• Stars
    star
    205
  • Rank 191,264 (Top 4 %)
  • Language
    Python
  • License
    Apache License 2.0
  • Created over 4 years ago
  • Updated 8 months ago

Reviews

There are no reviews yet. Be the first to send feedback to the community and the maintainers!

Repository Details

🐍 Python library implementing sorted containers with state-of-the-art query performance and compressed memory usage

pygm

PyGM is a Python library that enables fast query operations on sorted lists of numbers (like integers and floats) with a tiny memory overhead. Internally, it features the PGM-index, a state-of-the-art learned data structure that robustly scales to billions of elements in just a few tens of megabytes.

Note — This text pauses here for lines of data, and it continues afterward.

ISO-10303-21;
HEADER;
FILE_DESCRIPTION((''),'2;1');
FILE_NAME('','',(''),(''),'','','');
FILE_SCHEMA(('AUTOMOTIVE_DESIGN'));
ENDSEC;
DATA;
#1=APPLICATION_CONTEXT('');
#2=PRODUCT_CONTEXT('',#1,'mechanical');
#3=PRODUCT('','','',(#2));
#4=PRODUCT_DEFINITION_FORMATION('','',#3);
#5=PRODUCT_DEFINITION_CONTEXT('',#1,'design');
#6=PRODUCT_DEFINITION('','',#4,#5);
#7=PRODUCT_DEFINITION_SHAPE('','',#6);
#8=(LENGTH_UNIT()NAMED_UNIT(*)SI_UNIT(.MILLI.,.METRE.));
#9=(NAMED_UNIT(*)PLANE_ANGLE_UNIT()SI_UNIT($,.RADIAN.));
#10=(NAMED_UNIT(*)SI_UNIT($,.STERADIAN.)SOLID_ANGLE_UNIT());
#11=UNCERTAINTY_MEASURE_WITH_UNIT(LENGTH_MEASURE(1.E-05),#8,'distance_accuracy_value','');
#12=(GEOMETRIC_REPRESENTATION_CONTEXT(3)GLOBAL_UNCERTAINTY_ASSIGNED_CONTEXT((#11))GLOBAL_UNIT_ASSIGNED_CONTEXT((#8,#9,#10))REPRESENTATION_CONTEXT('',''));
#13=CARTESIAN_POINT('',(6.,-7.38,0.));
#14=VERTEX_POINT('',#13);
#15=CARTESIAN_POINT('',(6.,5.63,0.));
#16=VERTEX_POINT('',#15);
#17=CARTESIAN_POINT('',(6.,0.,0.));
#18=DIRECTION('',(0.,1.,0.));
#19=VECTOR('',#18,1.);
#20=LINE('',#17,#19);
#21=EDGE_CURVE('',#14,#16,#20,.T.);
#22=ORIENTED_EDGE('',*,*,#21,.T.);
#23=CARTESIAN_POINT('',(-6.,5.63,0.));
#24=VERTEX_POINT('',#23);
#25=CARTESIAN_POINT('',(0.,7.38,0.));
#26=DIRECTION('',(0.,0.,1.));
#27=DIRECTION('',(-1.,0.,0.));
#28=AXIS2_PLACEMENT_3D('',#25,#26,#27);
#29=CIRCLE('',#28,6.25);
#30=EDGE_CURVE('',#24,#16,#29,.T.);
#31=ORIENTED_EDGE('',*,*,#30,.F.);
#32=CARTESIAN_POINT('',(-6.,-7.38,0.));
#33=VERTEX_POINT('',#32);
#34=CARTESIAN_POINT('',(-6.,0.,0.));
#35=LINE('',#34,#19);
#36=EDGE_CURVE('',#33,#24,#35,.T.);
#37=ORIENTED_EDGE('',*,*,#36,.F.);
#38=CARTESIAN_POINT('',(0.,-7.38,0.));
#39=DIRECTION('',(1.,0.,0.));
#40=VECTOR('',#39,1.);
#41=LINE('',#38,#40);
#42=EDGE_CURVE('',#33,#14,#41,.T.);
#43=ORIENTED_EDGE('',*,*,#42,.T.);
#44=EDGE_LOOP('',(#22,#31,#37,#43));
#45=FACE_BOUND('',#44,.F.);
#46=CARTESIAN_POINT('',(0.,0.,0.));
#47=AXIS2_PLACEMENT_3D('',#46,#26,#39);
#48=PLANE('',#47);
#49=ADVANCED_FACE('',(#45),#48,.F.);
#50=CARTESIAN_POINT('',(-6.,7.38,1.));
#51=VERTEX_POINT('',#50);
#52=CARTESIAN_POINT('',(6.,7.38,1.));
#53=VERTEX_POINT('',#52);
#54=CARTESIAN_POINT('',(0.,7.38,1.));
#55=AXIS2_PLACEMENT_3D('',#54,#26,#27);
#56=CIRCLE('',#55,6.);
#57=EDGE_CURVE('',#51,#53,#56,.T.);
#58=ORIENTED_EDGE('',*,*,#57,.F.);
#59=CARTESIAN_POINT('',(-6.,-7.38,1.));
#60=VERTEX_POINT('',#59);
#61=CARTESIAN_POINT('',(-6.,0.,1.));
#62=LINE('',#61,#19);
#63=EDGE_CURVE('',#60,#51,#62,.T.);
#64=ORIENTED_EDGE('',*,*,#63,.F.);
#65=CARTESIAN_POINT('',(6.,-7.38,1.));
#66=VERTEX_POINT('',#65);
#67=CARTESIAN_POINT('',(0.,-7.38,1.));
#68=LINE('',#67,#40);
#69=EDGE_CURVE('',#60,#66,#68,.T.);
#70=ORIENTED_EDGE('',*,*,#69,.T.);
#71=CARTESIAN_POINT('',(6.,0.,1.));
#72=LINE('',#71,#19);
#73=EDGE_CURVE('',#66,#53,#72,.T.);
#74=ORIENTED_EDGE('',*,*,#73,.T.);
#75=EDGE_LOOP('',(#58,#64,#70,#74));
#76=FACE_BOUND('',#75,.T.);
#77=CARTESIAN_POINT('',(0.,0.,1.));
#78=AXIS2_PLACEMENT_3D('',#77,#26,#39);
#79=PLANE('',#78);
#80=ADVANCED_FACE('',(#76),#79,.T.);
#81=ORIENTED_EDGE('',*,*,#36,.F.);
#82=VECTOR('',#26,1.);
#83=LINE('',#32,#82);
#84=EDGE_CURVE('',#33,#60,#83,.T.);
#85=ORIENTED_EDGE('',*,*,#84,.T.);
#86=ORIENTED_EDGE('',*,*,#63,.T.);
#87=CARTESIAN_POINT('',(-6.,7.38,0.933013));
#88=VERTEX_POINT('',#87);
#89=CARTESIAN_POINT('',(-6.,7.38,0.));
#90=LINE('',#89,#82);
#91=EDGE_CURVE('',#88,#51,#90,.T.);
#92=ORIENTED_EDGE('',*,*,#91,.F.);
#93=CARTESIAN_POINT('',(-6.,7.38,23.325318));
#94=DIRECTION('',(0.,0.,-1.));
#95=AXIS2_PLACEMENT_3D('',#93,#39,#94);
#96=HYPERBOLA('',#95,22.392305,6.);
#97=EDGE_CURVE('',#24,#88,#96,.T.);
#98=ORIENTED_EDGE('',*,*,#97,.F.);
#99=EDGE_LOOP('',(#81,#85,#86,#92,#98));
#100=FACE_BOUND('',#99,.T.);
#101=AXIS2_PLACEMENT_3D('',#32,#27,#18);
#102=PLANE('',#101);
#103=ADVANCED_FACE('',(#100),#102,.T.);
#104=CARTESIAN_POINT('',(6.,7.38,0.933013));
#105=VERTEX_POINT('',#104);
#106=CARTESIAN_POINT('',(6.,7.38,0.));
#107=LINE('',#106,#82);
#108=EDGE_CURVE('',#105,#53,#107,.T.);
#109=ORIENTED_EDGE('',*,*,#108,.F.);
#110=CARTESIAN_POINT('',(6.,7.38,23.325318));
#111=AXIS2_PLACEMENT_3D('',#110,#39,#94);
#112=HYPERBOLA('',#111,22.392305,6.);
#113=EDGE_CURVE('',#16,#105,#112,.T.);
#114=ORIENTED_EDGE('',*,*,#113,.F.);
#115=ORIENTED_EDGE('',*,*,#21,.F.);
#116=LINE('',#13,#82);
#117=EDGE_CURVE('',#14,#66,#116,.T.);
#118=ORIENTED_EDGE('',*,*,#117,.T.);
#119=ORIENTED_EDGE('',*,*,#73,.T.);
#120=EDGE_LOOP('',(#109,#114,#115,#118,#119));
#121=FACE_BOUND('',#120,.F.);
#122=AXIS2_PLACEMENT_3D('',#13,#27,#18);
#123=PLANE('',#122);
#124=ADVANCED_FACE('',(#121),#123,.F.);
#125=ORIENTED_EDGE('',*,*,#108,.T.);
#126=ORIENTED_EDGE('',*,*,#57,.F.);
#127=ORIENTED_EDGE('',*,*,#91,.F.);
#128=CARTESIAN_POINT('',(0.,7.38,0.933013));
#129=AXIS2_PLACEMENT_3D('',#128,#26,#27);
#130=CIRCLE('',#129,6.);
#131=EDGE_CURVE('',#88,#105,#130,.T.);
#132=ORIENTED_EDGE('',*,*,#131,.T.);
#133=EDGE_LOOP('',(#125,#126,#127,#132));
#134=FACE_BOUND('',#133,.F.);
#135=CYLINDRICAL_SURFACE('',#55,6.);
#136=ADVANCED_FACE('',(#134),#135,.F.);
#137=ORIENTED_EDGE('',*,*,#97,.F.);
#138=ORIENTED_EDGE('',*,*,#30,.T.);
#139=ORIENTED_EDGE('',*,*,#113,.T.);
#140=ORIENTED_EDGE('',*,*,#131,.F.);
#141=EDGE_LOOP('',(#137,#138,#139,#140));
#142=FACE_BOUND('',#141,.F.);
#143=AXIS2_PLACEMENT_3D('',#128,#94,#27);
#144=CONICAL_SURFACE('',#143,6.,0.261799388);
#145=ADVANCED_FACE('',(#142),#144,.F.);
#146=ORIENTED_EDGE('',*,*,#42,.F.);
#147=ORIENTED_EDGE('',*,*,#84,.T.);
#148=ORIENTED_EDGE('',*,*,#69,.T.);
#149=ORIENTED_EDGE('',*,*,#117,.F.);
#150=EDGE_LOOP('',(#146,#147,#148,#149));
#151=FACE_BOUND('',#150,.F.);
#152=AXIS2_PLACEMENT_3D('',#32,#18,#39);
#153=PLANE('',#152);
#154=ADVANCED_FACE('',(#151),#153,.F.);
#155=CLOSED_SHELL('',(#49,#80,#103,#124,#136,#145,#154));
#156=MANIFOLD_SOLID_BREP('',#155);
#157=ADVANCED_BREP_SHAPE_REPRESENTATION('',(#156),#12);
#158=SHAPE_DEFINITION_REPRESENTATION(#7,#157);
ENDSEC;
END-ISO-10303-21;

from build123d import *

# Parameters (mm, degrees)
F0_W          = 12
F0_H          = 14.76
F1_DEPTH      = 1
F3_DEPTH      = 25.4
F3_DEPTH_BACK = 25.4
F4_SIZE2      = 0.9330127019
F4_SIZE       = 0.25


with BuildPart() as f1:
    # F0 (on Top) → F1 (new body)
    with BuildSketch(Plane.XY):
        Rectangle(F0_W, F0_H)
    extrude(amount=F1_DEPTH)

    # F2 (on face) → F3 (cut, two sides)
    with BuildSketch(Plane.XY.offset(1)) as f3_sk:
        with BuildLine():
            ThreePointArc((-6, 7.38), (0, 1.38), (6, 7.38))
            Line((6, 7.38), (-6, 7.38))
        make_face()
    extrude(amount=-F3_DEPTH, mode=Mode.SUBTRACT)
    extrude(f3_sk.sketch, amount=F3_DEPTH_BACK, mode=Mode.SUBTRACT)

    # F4
    f4_edges = [f1.edges().sort_by_distance(p)[0] for p in [
        (0, 1.38, 0),
    ]]
    f4_side = f1.faces().sort_by_distance((0, -2.26695, 0))[0]
    chamfer(f4_edges, length=F4_SIZE, length2=F4_SIZE2, reference=f4_side)


solid = f1.part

Build status Code coverage PyPI License GitHub stars GitHub forks

Quick start

Install with pip:

pip install pygm

PyGM supports both standard and other useful list and set operations:

>>> from pygm import SortedList, SortedSet
>>> sl = SortedList([0, 1, 34, 144, 1, 55, 233, 2, 3, 21, 89, 5, 8, 13])
>>> sl
SortedList([0, 1, 1, ..., 144, 233])
>>> sl.find_gt(9)                                   # smallest element > 9
13
>>> sl.count(1)                                     # frequency of 1
2
>>> 42 in sl                                        # membership test
False
>>> list(sl.range(0, 21, inclusive=(False, True)))  # elements 0 < x <= 21
[1, 1, 2, 3, 5, 8, 13, 21]
>>> sl[2:10:3]                                      # slicing syntax support
SortedList([1, 5, 21])
>>> (sl + [-3, -2, -1]).rank(0)                     # number of elements <= 0
4
>>> ss = SortedSet([1, 2, 3, 4]) ^ {3, 4, 5}        # set symmetric difference
>>> ss.find_lt(5)
2

The full documentation is available online and in the Python interpreter via the help() built-in function.

Installation

PyGM is compatible with Python 3.3+. The easiest way to install it is through PyPI:

pip install pygm

Otherwise, you can clone the repo, build it from source and install it as follows:

if [[ "$(uname)" == "Darwin" ]]; then brew install libomp; fi
git clone https://github.com/gvinciguerra/PyGM.git
cd PyGM
git submodule update --init --recursive
pip install .

Remember to leave the source directory PyGM/ and its parent before running Python.

Performance

Here are some plots that compare the performance of PyGM with two popular libraries, sortedcontainers and blist, on synthetic data.

Query performance of Python packages implementing sorted lists

All the graphs are log-log and show, for increasing data sizes, the average time it takes to perform each operation (lower is better). In particular, the __init__ plot shows the construction time, __contains__ measures membership queries, and __getitem__ shows the cost of accessing an element given its position.

The interesting operations on sorted lists are: (i) index, which returns the position of the first occurrence of a given element; (ii) count, which returns the number of occurrences of a given element; (iii) bisect_left, which returns the insertion point for a given value in the list to maintain the sorted order (and is used to implement find_[ge|gt|le|lt]).

You can run and plot the experiments on your computer and your data with the notebook in tests/benchmark.ipynb.

License

This project is licensed under the terms of the Apache License 2.0.

If you use the library in an academic setting, please cite the following paper:

Paolo Ferragina and Giorgio Vinciguerra. The PGM-index: a fully-dynamic compressed learned index with provable worst-case bounds. PVLDB, 13(8): 1162-1175, 2020.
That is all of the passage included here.